I believe, the radical Christian pacifist A. J. Muste wrote during World War II, that in the degree that anybody is any good it is because he has both Don Quixote and Sancho Panza in himself and somehow effects a creative synthesis of them. Mustes acute awareness of the relationship between high ideals and practical tactics suggests the multidimensional qualities of Christian nonviolent acts of conscience, which ranged from sit-ins to conscientious objection to, sometimes, mere interracial socializing. At one level, these were extreme existential acts that broke sharply with the law, social convention, and even the practitioners own instinct for self-preservation. In another way, though, no instance of nonviolent action was a solely individual affair. These acts also contained a ritual dimension that fostered camaraderie and discipline in realms removed from ordinary life. This was never more true than during the Montgomery bus boycott of 19551956, when boycotters assembled in the sacred space of black churches to attend training workshops that simulated the experience of boarding integrated buses.
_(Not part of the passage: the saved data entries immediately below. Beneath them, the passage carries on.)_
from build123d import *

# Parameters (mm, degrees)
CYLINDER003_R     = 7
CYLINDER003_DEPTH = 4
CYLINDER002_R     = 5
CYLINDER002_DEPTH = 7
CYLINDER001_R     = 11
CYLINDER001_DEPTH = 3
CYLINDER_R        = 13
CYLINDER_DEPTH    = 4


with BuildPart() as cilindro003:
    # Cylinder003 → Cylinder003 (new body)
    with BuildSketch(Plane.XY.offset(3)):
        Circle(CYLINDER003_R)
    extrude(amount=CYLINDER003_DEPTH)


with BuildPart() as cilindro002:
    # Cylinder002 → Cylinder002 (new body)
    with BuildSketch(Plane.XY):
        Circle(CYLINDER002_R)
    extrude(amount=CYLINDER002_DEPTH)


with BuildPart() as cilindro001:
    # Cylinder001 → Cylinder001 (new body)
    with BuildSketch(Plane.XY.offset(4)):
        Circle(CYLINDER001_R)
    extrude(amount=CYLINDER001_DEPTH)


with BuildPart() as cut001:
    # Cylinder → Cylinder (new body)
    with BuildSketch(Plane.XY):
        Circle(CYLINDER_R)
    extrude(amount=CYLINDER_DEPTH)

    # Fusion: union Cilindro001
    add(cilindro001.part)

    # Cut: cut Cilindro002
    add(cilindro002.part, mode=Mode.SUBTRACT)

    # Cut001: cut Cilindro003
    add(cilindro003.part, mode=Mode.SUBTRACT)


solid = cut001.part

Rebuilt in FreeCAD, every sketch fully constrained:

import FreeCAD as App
import Part
import Sketcher

doc = App.newDocument("Part")
body = doc.addObject("PartDesign::Body", "Body")

# Sketch on XY plane
sketch1 = body.newObject("Sketcher::SketchObject", "Sketch")
sketch1.AttachmentSupport = (doc.getObject("XY_Plane"), [""])
sketch1.MapMode = "FlatFace"
sketch1.AttachmentOffset = App.Placement(App.Vector(0, 0, 3), App.Rotation())
sketch1.addGeometry(Part.Circle(App.Vector(0, 0, 0), App.Vector(0, 0, 1), 7), False)
sketch1.addConstraint(Sketcher.Constraint("Coincident", 0, 3, -1, 1))
sketch1.addConstraint(Sketcher.Constraint("Diameter", 0, 14.0))
pad1 = body.newObject("PartDesign::Pad", "Pad")
pad1.Profile = sketch1
pad1.Length = 4
body2 = doc.addObject("PartDesign::Body", "Body001")

# Sketch on XY plane
sketch2 = body2.newObject("Sketcher::SketchObject", "Sketch001")
sketch2.AttachmentSupport = (doc.getObject("XY_Plane001"), [""])
sketch2.MapMode = "FlatFace"
sketch2.addGeometry(Part.Circle(App.Vector(0, 0, 0), App.Vector(0, 0, 1), 5), False)
sketch2.addConstraint(Sketcher.Constraint("Coincident", 0, 3, -1, 1))
sketch2.addConstraint(Sketcher.Constraint("Diameter", 0, 10.0))
pad2 = body2.newObject("PartDesign::Pad", "Pad001")
pad2.Profile = sketch2
pad2.Length = 7
body3 = doc.addObject("PartDesign::Body", "Body002")

# Sketch on XY plane
sketch3 = body3.newObject("Sketcher::SketchObject", "Sketch002")
sketch3.AttachmentSupport = (doc.getObject("XY_Plane002"), [""])
sketch3.MapMode = "FlatFace"
sketch3.AttachmentOffset = App.Placement(App.Vector(0, 0, 4), App.Rotation())
sketch3.addGeometry(Part.Circle(App.Vector(0, 0, 0), App.Vector(0, 0, 1), 11), False)
sketch3.addConstraint(Sketcher.Constraint("Coincident", 0, 3, -1, 1))
sketch3.addConstraint(Sketcher.Constraint("Diameter", 0, 22.0))
pad3 = body3.newObject("PartDesign::Pad", "Pad002")
pad3.Profile = sketch3
pad3.Length = 3
body4 = doc.addObject("PartDesign::Body", "Body003")

# Sketch on XY plane
sketch4 = body4.newObject("Sketcher::SketchObject", "Sketch003")
sketch4.AttachmentSupport = (doc.getObject("XY_Plane003"), [""])
sketch4.MapMode = "FlatFace"
sketch4.addGeometry(Part.Circle(App.Vector(0, 0, 0), App.Vector(0, 0, 1), 13), False)
sketch4.addConstraint(Sketcher.Constraint("Coincident", 0, 3, -1, 1))
sketch4.addConstraint(Sketcher.Constraint("Diameter", 0, 26.0))
pad4 = body4.newObject("PartDesign::Pad", "Pad003")
pad4.Profile = sketch4
pad4.Length = 4
doc.recompute()

boolean = body4.newObject("PartDesign::Boolean", "Boolean")
boolean.Type = "Fuse"
boolean.addObjects([body3])
doc.recompute()

boolean2 = body4.newObject("PartDesign::Boolean", "Boolean001")
boolean2.Type = "Cut"
boolean2.addObjects([body2])
doc.recompute()

boolean3 = body4.newObject("PartDesign::Boolean", "Boolean002")
boolean3.Type = "Cut"
boolean3.addObjects([body])

doc.recompute()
Here, as they pretended to be peaceful riders or angry white supremacists, they rehearsed both their individual courage and their vision of a racially harmonious world. Those training sessions spoke as well to a third connotation of the word acts. Unlike antimodern pacifists such as the Amish, Muste and his associates turned nonviolence into a theatrical act, a calculated performance attuned to the sympathies of audiences, especially those created by new forms of mass media. Christian nonviolent acts of conscience, then, were not expressions of pure sainthood, nor were they shallow publicity stunts that cynically used faith as a cover for more important things. The existential, ritual, and spectacular dimensions of nonviolence all operated simultaneously. Acts of conscience were at once individual and social, at once sincerely spiritual and self-consciously spectacular, at once Don Quixote and Sancho Panza.
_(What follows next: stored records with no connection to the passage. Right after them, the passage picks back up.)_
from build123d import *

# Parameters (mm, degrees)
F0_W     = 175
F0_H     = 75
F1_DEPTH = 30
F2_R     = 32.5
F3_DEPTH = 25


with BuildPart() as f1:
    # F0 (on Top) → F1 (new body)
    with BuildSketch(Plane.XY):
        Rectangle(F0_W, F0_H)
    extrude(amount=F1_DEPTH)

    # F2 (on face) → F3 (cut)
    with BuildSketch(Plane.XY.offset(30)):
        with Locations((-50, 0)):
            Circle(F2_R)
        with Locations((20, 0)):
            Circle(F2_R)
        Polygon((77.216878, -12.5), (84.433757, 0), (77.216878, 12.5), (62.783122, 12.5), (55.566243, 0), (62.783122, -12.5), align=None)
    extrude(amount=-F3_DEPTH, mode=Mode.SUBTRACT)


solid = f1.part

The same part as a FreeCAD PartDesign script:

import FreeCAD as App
import Part
import Sketcher

V = App.Vector
Q = App.Units.Quantity


def add_polygon(sketch, points):
    """Adds a closed chain of lines whose ends are joined by coincident constraints."""
    first, n = sketch.GeometryCount, len(points)
    for a, b in zip(points, points[1:] + points[:1]):
        sketch.addGeometry(Part.LineSegment(App.Vector(*a, 0), App.Vector(*b, 0)), False)
    for i in range(n):
        sketch.addConstraint(Sketcher.Constraint("Coincident", first + i, 2, first + (i + 1) % n, 1))

doc = App.newDocument("Part")
body = doc.addObject("PartDesign::Body", "Body")

# Sketch on XY plane
sketch1 = body.newObject("Sketcher::SketchObject", "Sketch")
sketch1.AttachmentSupport = (doc.getObject("XY_Plane"), [""])
sketch1.MapMode = "FlatFace"
add_polygon(sketch1, [(-88, 38), (-88, -38), (88, -38), (88, 38)])  # lines 0-3
sketch1.addConstraint([
    Sketcher.Constraint("Vertical", 0),
    Sketcher.Constraint("Horizontal", 1),
    Sketcher.Constraint("Vertical", 2),
    Sketcher.Constraint("Horizontal", 3),
    Sketcher.Constraint("Symmetric", 0, 2, 2, 2, -1, 1),
    Sketcher.Constraint("DistanceX", 1, 1, 1, 2, 175.0),
    Sketcher.Constraint("DistanceY", 0, 2, 0, 1, 75.0),
])
pad1 = body.newObject("PartDesign::Pad", "Pad")
pad1.Profile = sketch1
pad1.Length = 30

# Sketch on XY plane
sketch2 = body.newObject("Sketcher::SketchObject", "Sketch001")
sketch2.AttachmentSupport = (doc.getObject("XY_Plane"), [""])
sketch2.MapMode = "FlatFace"
sketch2.AttachmentOffset = App.Placement(V(0, 0, 30), App.Rotation())
sketch2.addGeometry(Part.Circle(V(-50, 0, 0), V(0, 0, 1), 32), False)  # 0
sketch2.addGeometry(Part.Circle(V(20, 0, 0), V(0, 0, 1), 32), False)  # 1
add_polygon(sketch2, [(77, -12), (84, 0), (77, 12), (63, 12), (56, 0), (63, -12)])  # lines 2-7
sketch2.addConstraint([
    Sketcher.Constraint("Horizontal", 4),
    Sketcher.Constraint("Horizontal", 7),
    Sketcher.Constraint("Equal", 0, 1),
    Sketcher.Constraint("Symmetric", 4, 2, 6, 2, -1),
    Sketcher.Constraint("PointOnObject", 0, 3, -1),
    Sketcher.Constraint("PointOnObject", 1, 3, -1),
    Sketcher.Constraint("PointOnObject", 2, 2, -1),
    Sketcher.Constraint("PointOnObject", 5, 2, -1),
    Sketcher.Constraint("Parallel", 2, 5),
    Sketcher.Constraint("Parallel", 3, 6),
    Sketcher.Constraint("Diameter", 0, 65.0),
    Sketcher.Constraint("Angle", 2, Q("59.999998 deg")),
    Sketcher.Constraint("DistanceX", 0, 3, -1, 1, 50.0),
    Sketcher.Constraint("DistanceX", -1, 1, 1, 3, 20.0),
    Sketcher.Constraint("DistanceY", 6, 2, 4, 2, 25.0),
    Sketcher.Constraint("DistanceX", 4, 2, 4, 1, 14.433756),
    Sketcher.Constraint("DistanceX", 0, 3, 4, 2, 112.783122),
])
pocket1 = body.newObject("PartDesign::Pocket", "Pocket")
pocket1.Profile = sketch2
pocket1.Length = 25

doc.recompute()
The virtuosos of Christian nonviolence in this story first coalesced during World War I in an antiwar organization called the Fellowship of Reconciliation (FOR). The Fellowship attracted talent out of all proportion to its small size. The roster of people who were, at one time or another, leaders in the FOR reveals a hidden history of American political dissent. At the head of the list stands Muste, dubbed the No. 1 U.S. pacifist by Time magazine in 1939. He helped guide opposition to every major American military campaign from World War I to Vietnam, while also building industrial unionism well before the 1930s and promoting racial justice well before the 1960s. Norman Thomas, the head of the Socialist Party in the United States for decades, spent pivotal early years in the FOR, as did Reinhold Niebuhr, who later became the most important American theologian of the twentieth century and a severe critic of pacifism. Nowhere was the Fellowships effect more crucial, though, than in the civil rights movement. March on Washington organizer Bayard Rustin, Congress of Racial Equality (CORE) director James Farmer, and James Lawson, whose leadership of the 1960 Nashville sit-ins helped spark the formation of the Student Nonviolent Coordinating Committee, were all products of this effervescent Christian nonviolent culture.